Task brief
The whole listing below is to be repeated without alteration.
++++++++++++++++++++
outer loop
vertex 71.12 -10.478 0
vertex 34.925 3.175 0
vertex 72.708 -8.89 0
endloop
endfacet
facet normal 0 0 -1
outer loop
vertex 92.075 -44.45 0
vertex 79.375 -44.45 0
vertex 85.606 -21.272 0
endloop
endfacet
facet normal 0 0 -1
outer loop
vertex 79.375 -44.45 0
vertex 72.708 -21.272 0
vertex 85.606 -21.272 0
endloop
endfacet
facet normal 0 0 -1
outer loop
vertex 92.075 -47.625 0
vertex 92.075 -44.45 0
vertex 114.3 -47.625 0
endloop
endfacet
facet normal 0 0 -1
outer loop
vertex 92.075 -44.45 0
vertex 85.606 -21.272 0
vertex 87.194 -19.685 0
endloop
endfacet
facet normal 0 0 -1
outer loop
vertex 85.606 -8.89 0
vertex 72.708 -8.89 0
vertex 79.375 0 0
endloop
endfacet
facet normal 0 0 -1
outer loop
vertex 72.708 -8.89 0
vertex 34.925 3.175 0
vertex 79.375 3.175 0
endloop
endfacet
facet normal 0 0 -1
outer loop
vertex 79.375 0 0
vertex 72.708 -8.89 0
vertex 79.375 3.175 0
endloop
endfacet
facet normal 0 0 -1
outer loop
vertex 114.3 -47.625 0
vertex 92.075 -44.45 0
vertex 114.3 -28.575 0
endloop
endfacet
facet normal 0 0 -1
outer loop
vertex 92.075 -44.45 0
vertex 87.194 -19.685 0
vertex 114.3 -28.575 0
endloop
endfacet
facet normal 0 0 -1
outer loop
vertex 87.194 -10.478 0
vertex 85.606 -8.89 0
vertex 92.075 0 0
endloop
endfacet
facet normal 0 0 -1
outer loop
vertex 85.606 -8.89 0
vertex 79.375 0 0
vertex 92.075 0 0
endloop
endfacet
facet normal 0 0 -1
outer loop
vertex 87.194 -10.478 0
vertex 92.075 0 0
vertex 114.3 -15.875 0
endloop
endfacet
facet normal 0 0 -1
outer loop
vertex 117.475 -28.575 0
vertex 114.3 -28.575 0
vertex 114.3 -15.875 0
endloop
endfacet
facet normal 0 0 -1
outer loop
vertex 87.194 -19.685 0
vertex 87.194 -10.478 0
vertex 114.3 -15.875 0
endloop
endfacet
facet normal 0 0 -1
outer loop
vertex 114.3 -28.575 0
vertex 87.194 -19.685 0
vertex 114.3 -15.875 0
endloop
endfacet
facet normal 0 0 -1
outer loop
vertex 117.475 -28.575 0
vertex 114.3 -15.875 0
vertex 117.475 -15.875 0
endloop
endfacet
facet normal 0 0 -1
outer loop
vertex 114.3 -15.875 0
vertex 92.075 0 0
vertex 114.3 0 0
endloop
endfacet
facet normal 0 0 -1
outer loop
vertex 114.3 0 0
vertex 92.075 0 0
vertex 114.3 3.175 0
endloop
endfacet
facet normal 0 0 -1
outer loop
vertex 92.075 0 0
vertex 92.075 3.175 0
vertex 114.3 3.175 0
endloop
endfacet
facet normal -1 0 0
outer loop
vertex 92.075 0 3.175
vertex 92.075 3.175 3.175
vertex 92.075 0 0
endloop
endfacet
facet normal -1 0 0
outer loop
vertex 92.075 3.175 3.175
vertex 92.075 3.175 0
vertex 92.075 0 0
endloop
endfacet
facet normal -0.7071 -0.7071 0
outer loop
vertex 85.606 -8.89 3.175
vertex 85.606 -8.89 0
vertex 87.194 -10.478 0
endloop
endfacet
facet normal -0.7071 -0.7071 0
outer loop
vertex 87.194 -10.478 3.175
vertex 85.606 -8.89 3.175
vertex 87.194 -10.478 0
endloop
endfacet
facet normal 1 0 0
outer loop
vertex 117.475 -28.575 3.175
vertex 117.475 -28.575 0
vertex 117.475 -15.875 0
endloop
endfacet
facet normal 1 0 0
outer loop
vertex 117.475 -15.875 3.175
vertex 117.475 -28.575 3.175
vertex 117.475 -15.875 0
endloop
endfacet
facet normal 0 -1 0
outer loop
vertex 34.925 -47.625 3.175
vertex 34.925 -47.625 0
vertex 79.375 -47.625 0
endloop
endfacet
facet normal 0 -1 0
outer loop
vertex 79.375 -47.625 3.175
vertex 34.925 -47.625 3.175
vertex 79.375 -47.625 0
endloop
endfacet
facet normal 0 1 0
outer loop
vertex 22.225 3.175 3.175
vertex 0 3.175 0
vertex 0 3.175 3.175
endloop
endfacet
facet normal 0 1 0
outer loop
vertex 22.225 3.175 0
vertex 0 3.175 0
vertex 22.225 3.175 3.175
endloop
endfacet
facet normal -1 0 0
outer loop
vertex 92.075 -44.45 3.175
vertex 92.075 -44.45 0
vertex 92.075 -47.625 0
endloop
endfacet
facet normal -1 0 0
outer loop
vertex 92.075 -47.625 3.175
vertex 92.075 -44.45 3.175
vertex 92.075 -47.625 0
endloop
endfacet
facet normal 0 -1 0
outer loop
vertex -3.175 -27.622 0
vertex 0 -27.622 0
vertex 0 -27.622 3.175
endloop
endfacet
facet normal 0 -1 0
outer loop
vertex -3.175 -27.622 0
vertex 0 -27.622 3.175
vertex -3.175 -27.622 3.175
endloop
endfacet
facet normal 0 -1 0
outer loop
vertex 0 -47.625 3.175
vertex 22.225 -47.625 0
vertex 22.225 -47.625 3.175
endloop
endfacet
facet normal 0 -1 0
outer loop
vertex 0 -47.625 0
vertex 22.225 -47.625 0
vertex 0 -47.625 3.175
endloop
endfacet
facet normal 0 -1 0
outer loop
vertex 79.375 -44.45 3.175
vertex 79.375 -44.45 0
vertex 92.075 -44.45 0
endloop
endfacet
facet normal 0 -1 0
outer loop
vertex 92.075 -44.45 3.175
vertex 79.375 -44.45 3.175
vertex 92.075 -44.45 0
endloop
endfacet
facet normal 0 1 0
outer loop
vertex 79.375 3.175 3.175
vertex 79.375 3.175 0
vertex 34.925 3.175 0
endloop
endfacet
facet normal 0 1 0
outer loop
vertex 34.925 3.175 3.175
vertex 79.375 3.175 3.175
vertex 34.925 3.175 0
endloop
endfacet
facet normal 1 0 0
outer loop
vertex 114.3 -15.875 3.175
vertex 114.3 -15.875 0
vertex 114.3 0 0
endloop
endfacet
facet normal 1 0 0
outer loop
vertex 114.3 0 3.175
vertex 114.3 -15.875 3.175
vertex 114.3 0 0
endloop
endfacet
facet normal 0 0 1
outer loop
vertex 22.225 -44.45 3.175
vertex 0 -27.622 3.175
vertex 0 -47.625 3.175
++++++++++++++++++++
Solution to this problem
outer loop
vertex 71.12 -10.478 0
vertex 34.925 3.175 0
vertex 72.708 -8.89 0
endloop
endfacet
facet normal 0 0 -1
outer loop
vertex 92.075 -44.45 0
vertex 79.375 -44.45 0
vertex 85.606 -21.272 0
endloop
endfacet
facet normal 0 0 -1
outer loop
vertex 79.375 -44.45 0
vertex 72.708 -21.272 0
vertex 85.606 -21.272 0
endloop
endfacet
facet normal 0 0 -1
outer loop
vertex 92.075 -47.625 0
vertex 92.075 -44.45 0
vertex 114.3 -47.625 0
endloop
endfacet
facet normal 0 0 -1
outer loop
vertex 92.075 -44.45 0
vertex 85.606 -21.272 0
vertex 87.194 -19.685 0
endloop
endfacet
facet normal 0 0 -1
outer loop
vertex 85.606 -8.89 0
vertex 72.708 -8.89 0
vertex 79.375 0 0
endloop
endfacet
facet normal 0 0 -1
outer loop
vertex 72.708 -8.89 0
vertex 34.925 3.175 0
vertex 79.375 3.175 0
endloop
endfacet
facet normal 0 0 -1
outer loop
vertex 79.375 0 0
vertex 72.708 -8.89 0
vertex 79.375 3.175 0
endloop
endfacet
facet normal 0 0 -1
outer loop
vertex 114.3 -47.625 0
vertex 92.075 -44.45 0
vertex 114.3 -28.575 0
endloop
endfacet
facet normal 0 0 -1
outer loop
vertex 92.075 -44.45 0
vertex 87.194 -19.685 0
vertex 114.3 -28.575 0
endloop
endfacet
facet normal 0 0 -1
outer loop
vertex 87.194 -10.478 0
vertex 85.606 -8.89 0
vertex 92.075 0 0
endloop
endfacet
facet normal 0 0 -1
outer loop
vertex 85.606 -8.89 0
vertex 79.375 0 0
vertex 92.075 0 0
endloop
endfacet
facet normal 0 0 -1
outer loop
vertex 87.194 -10.478 0
vertex 92.075 0 0
vertex 114.3 -15.875 0
endloop
endfacet
facet normal 0 0 -1
outer loop
vertex 117.475 -28.575 0
vertex 114.3 -28.575 0
vertex 114.3 -15.875 0
endloop
endfacet
facet normal 0 0 -1
outer loop
vertex 87.194 -19.685 0
vertex 87.194 -10.478 0
vertex 114.3 -15.875 0
endloop
endfacet
facet normal 0 0 -1
outer loop
vertex 114.3 -28.575 0
vertex 87.194 -19.685 0
vertex 114.3 -15.875 0
endloop
endfacet
facet normal 0 0 -1
outer loop
vertex 117.475 -28.575 0
vertex 114.3 -15.875 0
vertex 117.475 -15.875 0
endloop
endfacet
facet normal 0 0 -1
outer loop
vertex 114.3 -15.875 0
vertex 92.075 0 0
vertex 114.3 0 0
endloop
endfacet
facet normal 0 0 -1
outer loop
vertex 114.3 0 0
vertex 92.075 0 0
vertex 114.3 3.175 0
endloop
endfacet
facet normal 0 0 -1
outer loop
vertex 92.075 0 0
vertex 92.075 3.175 0
vertex 114.3 3.175 0
endloop
endfacet
facet normal -1 0 0
outer loop
vertex 92.075 0 3.175
vertex 92.075 3.175 3.175
vertex 92.075 0 0
endloop
endfacet
facet normal -1 0 0
outer loop
vertex 92.075 3.175 3.175
vertex 92.075 3.175 0
vertex 92.075 0 0
endloop
endfacet
facet normal -0.7071 -0.7071 0
outer loop
vertex 85.606 -8.89 3.175
vertex 85.606 -8.89 0
vertex 87.194 -10.478 0
endloop
endfacet
facet normal -0.7071 -0.7071 0
outer loop
vertex 87.194 -10.478 3.175
vertex 85.606 -8.89 3.175
vertex 87.194 -10.478 0
endloop
endfacet
facet normal 1 0 0
outer loop
vertex 117.475 -28.575 3.175
vertex 117.475 -28.575 0
vertex 117.475 -15.875 0
endloop
endfacet
facet normal 1 0 0
outer loop
vertex 117.475 -15.875 3.175
vertex 117.475 -28.575 3.175
vertex 117.475 -15.875 0
endloop
endfacet
facet normal 0 -1 0
outer loop
vertex 34.925 -47.625 3.175
vertex 34.925 -47.625 0
vertex 79.375 -47.625 0
endloop
endfacet
facet normal 0 -1 0
outer loop
vertex 79.375 -47.625 3.175
vertex 34.925 -47.625 3.175
vertex 79.375 -47.625 0
endloop
endfacet
facet normal 0 1 0
outer loop
vertex 22.225 3.175 3.175
vertex 0 3.175 0
vertex 0 3.175 3.175
endloop
endfacet
facet normal 0 1 0
outer loop
vertex 22.225 3.175 0
vertex 0 3.175 0
vertex 22.225 3.175 3.175
endloop
endfacet
facet normal -1 0 0
outer loop
vertex 92.075 -44.45 3.175
vertex 92.075 -44.45 0
vertex 92.075 -47.625 0
endloop
endfacet
facet normal -1 0 0
outer loop
vertex 92.075 -47.625 3.175
vertex 92.075 -44.45 3.175
vertex 92.075 -47.625 0
endloop
endfacet
facet normal 0 -1 0
outer loop
vertex -3.175 -27.622 0
vertex 0 -27.622 0
vertex 0 -27.622 3.175
endloop
endfacet
facet normal 0 -1 0
outer loop
vertex -3.175 -27.622 0
vertex 0 -27.622 3.175
vertex -3.175 -27.622 3.175
endloop
endfacet
facet normal 0 -1 0
outer loop
vertex 0 -47.625 3.175
vertex 22.225 -47.625 0
vertex 22.225 -47.625 3.175
endloop
endfacet
facet normal 0 -1 0
outer loop
vertex 0 -47.625 0
vertex 22.225 -47.625 0
vertex 0 -47.625 3.175
endloop
endfacet
facet normal 0 -1 0
outer loop
vertex 79.375 -44.45 3.175
vertex 79.375 -44.45 0
vertex 92.075 -44.45 0
endloop
endfacet
facet normal 0 -1 0
outer loop
vertex 92.075 -44.45 3.175
vertex 79.375 -44.45 3.175
vertex 92.075 -44.45 0
endloop
endfacet
facet normal 0 1 0
outer loop
vertex 79.375 3.175 3.175
vertex 79.375 3.175 0
vertex 34.925 3.175 0
endloop
endfacet
facet normal 0 1 0
outer loop
vertex 34.925 3.175 3.175
vertex 79.375 3.175 3.175
vertex 34.925 3.175 0
endloop
endfacet
facet normal 1 0 0
outer loop
vertex 114.3 -15.875 3.175
vertex 114.3 -15.875 0
vertex 114.3 0 0
endloop
endfacet
facet normal 1 0 0
outer loop
vertex 114.3 0 3.175
vertex 114.3 -15.875 3.175
vertex 114.3 0 0
endloop
endfacet
facet normal 0 0 1
outer loop
vertex 22.225 -44.45 3.175
vertex 0 -27.622 3.175
vertex 0 -47.625 3.175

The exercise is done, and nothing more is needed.